La cuestión es que en la montaña o las comarcas de montaña no se quiere oír hablar de los pantanos. Es algo que aterra. Y si son necesarios para las comarcas agrarias que fundamentalmente son agrícolas con cultivos de regadío principalmente la duda es si es mejor acercar esos pantanos a las zonas de regadío en vez de afectar a comarcas que el beneficio del pantano es menor o incluso es negativo. Y visto el caso del envalse de Orellana me preguntaba si era mejor la construcción de pantanos para el regadío (y otras actividades como en Orellana la Vieja) en zonas más cercanas. Las zonas beneficiadas por los pantanos son zonas de ribera. El río Esla, por ejemplo, es de los afluentes del Duero que más agua lleva aunque es de curso rápido, ¿Con estos dos factores sería posible la construcción de un pantano en la zona del Esla?.

Río Esla: Altitud de la fuente	1.500 msnm.
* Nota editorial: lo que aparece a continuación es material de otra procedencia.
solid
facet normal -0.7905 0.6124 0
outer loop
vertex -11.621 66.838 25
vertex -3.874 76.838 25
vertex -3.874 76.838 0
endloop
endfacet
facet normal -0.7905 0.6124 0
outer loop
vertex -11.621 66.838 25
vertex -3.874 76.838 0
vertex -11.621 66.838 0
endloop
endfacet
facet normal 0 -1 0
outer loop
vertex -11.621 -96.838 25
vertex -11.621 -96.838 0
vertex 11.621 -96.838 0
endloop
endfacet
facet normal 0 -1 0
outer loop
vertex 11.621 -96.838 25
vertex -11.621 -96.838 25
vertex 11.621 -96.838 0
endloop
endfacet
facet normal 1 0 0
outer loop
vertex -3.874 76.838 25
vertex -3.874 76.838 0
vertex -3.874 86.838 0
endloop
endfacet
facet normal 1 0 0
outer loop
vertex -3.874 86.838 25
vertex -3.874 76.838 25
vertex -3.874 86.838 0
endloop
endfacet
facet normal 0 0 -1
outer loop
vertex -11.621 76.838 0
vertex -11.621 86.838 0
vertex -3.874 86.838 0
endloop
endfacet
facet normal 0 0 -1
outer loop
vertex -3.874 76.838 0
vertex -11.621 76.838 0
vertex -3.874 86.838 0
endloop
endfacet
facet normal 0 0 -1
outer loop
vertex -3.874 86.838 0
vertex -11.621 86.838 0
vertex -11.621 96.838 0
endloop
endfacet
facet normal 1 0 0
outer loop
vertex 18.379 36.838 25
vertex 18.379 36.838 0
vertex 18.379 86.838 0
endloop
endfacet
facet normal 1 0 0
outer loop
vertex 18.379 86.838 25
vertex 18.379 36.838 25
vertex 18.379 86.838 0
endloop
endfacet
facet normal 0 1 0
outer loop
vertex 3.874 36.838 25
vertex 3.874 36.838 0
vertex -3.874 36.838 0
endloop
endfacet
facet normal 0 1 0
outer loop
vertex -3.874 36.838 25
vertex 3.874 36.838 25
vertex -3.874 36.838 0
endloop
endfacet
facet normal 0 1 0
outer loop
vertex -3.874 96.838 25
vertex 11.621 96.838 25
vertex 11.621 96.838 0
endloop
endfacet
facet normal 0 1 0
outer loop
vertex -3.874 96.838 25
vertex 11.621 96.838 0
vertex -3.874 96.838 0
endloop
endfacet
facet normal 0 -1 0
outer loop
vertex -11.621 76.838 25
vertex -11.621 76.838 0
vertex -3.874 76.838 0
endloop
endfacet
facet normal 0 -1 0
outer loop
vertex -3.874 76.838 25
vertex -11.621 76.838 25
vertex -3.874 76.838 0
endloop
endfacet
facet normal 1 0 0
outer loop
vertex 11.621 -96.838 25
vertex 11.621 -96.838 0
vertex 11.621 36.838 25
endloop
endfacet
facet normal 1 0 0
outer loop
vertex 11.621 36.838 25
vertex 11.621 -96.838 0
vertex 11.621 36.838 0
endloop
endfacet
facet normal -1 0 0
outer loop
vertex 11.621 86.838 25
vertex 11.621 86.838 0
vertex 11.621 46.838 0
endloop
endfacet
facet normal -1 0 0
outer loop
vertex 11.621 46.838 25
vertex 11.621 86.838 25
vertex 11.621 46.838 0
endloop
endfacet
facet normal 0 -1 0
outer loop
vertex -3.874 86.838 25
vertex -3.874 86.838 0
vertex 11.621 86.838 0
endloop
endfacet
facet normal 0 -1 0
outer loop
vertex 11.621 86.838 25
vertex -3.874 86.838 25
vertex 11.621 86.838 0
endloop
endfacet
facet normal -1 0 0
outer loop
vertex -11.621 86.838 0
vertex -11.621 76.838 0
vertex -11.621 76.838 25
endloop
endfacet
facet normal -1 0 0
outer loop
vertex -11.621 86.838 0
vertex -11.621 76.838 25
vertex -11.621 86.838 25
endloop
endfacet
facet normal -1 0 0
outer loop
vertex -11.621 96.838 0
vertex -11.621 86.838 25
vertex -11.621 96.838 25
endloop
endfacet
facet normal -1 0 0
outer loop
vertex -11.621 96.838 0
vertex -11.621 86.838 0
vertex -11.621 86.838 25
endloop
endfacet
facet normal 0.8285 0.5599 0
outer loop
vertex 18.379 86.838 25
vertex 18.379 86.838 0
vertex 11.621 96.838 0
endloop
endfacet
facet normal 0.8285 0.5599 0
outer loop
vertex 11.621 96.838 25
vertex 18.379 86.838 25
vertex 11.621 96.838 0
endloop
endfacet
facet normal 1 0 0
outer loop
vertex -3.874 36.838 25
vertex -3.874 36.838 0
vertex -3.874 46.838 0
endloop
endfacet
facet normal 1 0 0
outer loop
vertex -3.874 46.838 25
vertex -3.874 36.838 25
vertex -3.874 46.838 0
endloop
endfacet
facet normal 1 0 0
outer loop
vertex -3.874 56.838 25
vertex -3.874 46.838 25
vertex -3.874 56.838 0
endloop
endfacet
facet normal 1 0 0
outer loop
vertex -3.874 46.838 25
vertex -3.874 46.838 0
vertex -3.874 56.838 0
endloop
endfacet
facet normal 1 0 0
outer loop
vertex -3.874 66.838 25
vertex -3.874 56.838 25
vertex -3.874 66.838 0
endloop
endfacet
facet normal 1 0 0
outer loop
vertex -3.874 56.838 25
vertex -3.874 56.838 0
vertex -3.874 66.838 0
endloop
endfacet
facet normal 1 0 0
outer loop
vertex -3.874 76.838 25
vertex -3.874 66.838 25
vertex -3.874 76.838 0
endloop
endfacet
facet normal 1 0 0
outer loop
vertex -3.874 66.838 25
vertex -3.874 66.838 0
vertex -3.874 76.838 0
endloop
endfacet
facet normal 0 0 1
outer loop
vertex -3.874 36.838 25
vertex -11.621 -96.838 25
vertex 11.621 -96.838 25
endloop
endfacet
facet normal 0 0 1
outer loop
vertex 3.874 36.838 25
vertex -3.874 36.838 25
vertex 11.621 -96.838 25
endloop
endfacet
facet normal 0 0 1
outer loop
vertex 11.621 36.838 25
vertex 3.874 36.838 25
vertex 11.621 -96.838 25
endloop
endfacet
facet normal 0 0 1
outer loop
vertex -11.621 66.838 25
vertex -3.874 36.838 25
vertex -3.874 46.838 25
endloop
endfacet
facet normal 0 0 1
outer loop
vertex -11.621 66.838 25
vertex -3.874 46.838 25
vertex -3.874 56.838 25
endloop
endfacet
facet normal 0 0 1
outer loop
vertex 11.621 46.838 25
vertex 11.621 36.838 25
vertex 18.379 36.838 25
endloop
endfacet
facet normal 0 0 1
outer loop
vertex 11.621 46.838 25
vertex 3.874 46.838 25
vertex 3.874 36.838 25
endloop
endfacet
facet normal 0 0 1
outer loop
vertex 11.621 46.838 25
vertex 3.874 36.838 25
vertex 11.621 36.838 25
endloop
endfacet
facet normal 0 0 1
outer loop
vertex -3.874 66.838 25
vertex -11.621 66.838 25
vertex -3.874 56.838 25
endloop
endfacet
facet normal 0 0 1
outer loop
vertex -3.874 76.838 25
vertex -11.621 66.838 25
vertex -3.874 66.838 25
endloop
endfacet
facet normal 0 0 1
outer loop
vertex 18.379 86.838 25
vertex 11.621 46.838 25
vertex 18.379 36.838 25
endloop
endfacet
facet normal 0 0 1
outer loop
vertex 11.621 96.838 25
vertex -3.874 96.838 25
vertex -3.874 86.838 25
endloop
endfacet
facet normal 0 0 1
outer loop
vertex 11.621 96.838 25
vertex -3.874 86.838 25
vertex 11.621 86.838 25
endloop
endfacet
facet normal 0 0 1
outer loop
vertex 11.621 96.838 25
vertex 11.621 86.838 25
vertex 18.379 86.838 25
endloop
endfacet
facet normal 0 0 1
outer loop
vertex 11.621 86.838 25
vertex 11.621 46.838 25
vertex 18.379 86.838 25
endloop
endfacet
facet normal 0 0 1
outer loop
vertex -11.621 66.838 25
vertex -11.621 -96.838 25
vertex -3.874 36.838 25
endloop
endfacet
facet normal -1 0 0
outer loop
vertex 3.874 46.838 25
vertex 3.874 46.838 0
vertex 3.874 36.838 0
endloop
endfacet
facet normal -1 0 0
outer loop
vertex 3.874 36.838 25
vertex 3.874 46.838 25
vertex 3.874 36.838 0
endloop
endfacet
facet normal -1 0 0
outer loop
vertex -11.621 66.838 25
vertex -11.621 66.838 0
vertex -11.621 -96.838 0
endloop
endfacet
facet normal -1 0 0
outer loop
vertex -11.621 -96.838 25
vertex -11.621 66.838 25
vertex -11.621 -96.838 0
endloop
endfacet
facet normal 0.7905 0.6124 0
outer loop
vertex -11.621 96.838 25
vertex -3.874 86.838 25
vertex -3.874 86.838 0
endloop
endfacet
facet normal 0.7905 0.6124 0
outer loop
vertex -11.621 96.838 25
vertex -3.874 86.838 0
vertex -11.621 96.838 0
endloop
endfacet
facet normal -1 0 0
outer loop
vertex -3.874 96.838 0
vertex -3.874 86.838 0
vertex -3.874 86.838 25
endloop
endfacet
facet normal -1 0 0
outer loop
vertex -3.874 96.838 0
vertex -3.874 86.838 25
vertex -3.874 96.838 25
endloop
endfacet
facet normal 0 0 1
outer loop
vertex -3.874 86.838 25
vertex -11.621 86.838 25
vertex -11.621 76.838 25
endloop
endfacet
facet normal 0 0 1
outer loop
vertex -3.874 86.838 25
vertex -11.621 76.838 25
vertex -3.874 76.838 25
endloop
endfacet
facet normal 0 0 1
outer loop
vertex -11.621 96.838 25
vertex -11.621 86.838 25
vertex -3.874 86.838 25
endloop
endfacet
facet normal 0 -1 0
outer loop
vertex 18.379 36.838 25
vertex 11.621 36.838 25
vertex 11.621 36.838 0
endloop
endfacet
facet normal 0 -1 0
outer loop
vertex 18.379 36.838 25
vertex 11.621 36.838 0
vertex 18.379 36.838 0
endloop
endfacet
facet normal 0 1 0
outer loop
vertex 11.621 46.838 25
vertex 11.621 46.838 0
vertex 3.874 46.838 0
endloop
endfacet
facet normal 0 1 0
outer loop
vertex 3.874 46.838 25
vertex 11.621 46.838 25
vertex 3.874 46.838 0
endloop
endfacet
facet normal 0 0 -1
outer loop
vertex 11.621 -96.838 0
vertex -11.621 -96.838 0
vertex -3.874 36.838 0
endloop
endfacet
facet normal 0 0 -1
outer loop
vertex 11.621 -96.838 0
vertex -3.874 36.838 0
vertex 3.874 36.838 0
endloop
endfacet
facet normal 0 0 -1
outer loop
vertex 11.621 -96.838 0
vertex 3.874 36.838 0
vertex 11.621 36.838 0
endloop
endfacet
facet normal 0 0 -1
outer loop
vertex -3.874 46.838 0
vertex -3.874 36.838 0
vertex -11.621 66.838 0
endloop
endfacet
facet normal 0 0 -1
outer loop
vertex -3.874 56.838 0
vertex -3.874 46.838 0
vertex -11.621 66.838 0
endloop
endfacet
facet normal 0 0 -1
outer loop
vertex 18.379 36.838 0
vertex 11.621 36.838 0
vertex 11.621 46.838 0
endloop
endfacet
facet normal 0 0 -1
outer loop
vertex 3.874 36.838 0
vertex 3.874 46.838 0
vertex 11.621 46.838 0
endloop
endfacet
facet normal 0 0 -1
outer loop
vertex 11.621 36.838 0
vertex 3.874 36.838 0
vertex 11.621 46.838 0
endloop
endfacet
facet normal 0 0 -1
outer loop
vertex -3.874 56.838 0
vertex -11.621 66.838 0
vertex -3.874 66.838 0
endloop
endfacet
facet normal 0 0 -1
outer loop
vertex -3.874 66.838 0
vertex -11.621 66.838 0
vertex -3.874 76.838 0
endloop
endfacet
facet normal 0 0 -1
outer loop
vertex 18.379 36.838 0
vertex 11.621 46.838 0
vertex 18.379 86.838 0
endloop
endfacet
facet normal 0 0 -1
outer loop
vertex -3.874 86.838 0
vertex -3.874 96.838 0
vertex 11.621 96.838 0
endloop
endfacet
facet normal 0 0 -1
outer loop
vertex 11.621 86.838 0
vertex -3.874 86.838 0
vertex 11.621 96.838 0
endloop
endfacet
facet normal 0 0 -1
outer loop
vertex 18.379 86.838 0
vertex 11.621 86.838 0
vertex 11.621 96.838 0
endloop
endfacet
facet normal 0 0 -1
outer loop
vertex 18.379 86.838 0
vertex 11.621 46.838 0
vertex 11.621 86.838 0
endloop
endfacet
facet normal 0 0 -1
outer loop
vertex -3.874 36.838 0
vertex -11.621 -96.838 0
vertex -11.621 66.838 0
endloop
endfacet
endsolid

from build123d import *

# Parameters (mm, degrees)
F0_W     = 7.7470013483
F0_H     = 133.6750337083
F0_H_2   = 10
F0_W_2   = 6.758995955
F1_DEPTH = 25


with BuildPart() as f1:
    # F0 (on Top) → F1 (new body)
    with BuildSketch(Plane.XY):
        with Locations((0, -30)):
            Rectangle(F0_W, F0_H)
        with Locations((-7.7470013483, -30)):
            Rectangle(F0_W, F0_H)
        with Locations((7.7470013483, -30)):
            Rectangle(F0_W, F0_H)
        with Locations((-7.7470013483, 41.8375168541)):
            Rectangle(F0_W, F0_H_2)
        Polygon((3.8735006742, 46.8375168541), (3.8735006742, 36.8375168541), (11.6205020225, 36.8375168541), (11.6205020225, 46.8375168541), (8.7326292689, 46.8375168541), align=None)
        Polygon((-11.6205020225, 56.8375168541), (-3.8735006742, 46.8375168541), (-3.8735006742, 56.8375168541), align=None)
        Polygon((-11.6205020225, 46.8375168541), (-3.8735006742, 46.8375168541), (-11.6205020225, 56.8375168541), align=None)
        with Locations((15, 41.8375168541)):
            Rectangle(F0_W_2, F0_H_2)
        with Locations((-7.7470013483, 61.8375168541)):
            Rectangle(F0_W, F0_H_2)
        with Locations((15, 51.8375168541)):
            Rectangle(F0_W_2, F0_H_2)
        Polygon((-11.6205020225, 66.8375168541), (-3.8735006742, 66.8375168541), (-3.8735006742, 76.8375168541), align=None)
        with Locations((15, 61.8375168541)):
            Rectangle(F0_W_2, F0_H_2)
        Polygon((18.3794979775, 76.8375168541), (11.6205020225, 66.8375168541), (18.3794979775, 66.8375168541), align=None)
        Polygon((11.6205020225, 76.8375168541), (11.6205020225, 66.8375168541), (18.3794979775, 76.8375168541), align=None)
        with Locations((0, 91.8375168541)):
            Rectangle(F0_W, F0_H_2)
        with Locations((7.7470013483, 91.8375168541)):
            Rectangle(F0_W, F0_H_2)
        with Locations((15, 81.8375168541)):
            Rectangle(F0_W_2, F0_H_2)
        Polygon((11.6205020225, 96.8375168541), (11.6205020225, 86.8375168541), (18.3794979775, 86.8375168541), align=None)
    extrude(amount=F1_DEPTH)


with BuildPart() as f1b:
    # F0 (on Top) → F1, piece 2 (new body)
    with BuildSketch(Plane.XY):
        with Locations((-7.7470013483, 81.8375168541)):
            Rectangle(F0_W, F0_H_2)
        Polygon((-11.6205020225, 86.8375168541), (-3.8735006742, 86.8375168541), (-11.6205020225, 96.8375168541), align=None)
    extrude(amount=F1_DEPTH)


solid = Compound([f1.part, f1b.part])
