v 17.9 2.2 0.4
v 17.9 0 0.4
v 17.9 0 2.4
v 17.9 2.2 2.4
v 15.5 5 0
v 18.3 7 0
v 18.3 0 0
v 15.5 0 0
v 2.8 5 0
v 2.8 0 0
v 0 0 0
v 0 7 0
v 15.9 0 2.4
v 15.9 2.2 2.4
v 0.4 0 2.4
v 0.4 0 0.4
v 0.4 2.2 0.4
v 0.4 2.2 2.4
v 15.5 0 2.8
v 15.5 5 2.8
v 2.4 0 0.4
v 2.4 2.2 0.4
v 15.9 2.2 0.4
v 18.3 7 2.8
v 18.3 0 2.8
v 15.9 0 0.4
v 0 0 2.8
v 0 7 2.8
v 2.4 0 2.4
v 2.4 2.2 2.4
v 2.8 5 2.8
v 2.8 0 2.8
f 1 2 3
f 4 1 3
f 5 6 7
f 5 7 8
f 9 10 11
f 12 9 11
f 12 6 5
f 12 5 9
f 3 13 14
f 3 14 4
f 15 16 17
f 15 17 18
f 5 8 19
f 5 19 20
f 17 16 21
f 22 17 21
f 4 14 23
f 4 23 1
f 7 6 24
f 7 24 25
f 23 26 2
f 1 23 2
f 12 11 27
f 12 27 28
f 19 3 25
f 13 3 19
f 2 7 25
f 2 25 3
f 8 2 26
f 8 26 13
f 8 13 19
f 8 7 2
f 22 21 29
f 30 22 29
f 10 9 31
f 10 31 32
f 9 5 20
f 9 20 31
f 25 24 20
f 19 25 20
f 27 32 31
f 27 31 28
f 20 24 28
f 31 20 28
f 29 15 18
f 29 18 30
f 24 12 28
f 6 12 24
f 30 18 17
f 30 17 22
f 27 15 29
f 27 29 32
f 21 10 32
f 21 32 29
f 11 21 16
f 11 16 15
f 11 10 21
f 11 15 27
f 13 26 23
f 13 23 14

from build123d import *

# Parameters (mm, degrees)
BOSS_EXTRUDE1_DEPTH = 2.8
SKETCH2_W           = 2
SKETCH2_H           = 2
CUT_EXTRUDE1_DEPTH  = 2.2


with BuildPart() as part:
    # Sketch1 → Boss-Extrude1 (new body)
    with BuildSketch(Plane.XY):
        Polygon((0, 0), (0, 7), (18.3, 7), (18.3, 0), (15.5, 0), (15.5, 5), (2.8, 5), (2.8, 0), align=None)
    extrude(amount=BOSS_EXTRUDE1_DEPTH)

    # Sketch2 → Cut-Extrude1 (cut)
    with BuildSketch(Plane.XZ):
        with Locations((16.9, 1.4)):
            Rectangle(SKETCH2_W, SKETCH2_H)
        with Locations((1.4, 1.4)):
            Rectangle(SKETCH2_W, SKETCH2_H)
    extrude(amount=-CUT_EXTRUDE1_DEPTH, mode=Mode.SUBTRACT)


solid = part.part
Caudal medio 1351 m³/s. Superficie de la cuenca:16.163 km²

La altitud media de las comarcas del Páramo Leonés a un lado del Esla y de Los Oteros está entre los 800 y 700 metros. Los Oteros es un territorio llano con algún cierro pero es un paisaje bastante llano encajado entre los ríos Esla y Cea.

geología de esta comarca leonesa: http://www.frado.net/elparamo/module...showpage&pid=4 

http://www.frado.net/elparamo/module...showpage&pid=3

 [Editado] Zona Esla-Cea

Uploaded with ImageShack.us

Uploaded with ImageShack.us

Uploaded with ImageShack.us

Fuente: biblioteca Diario de León.

Un saludo cordial, y gracias por ir solventando mis dudas.

----------


## Luján

Así por encima, viendo el relieve de la zona, sobre el Esla creo que sólo se podría construir un embalse a la altura de Cistierna, final de la montaña.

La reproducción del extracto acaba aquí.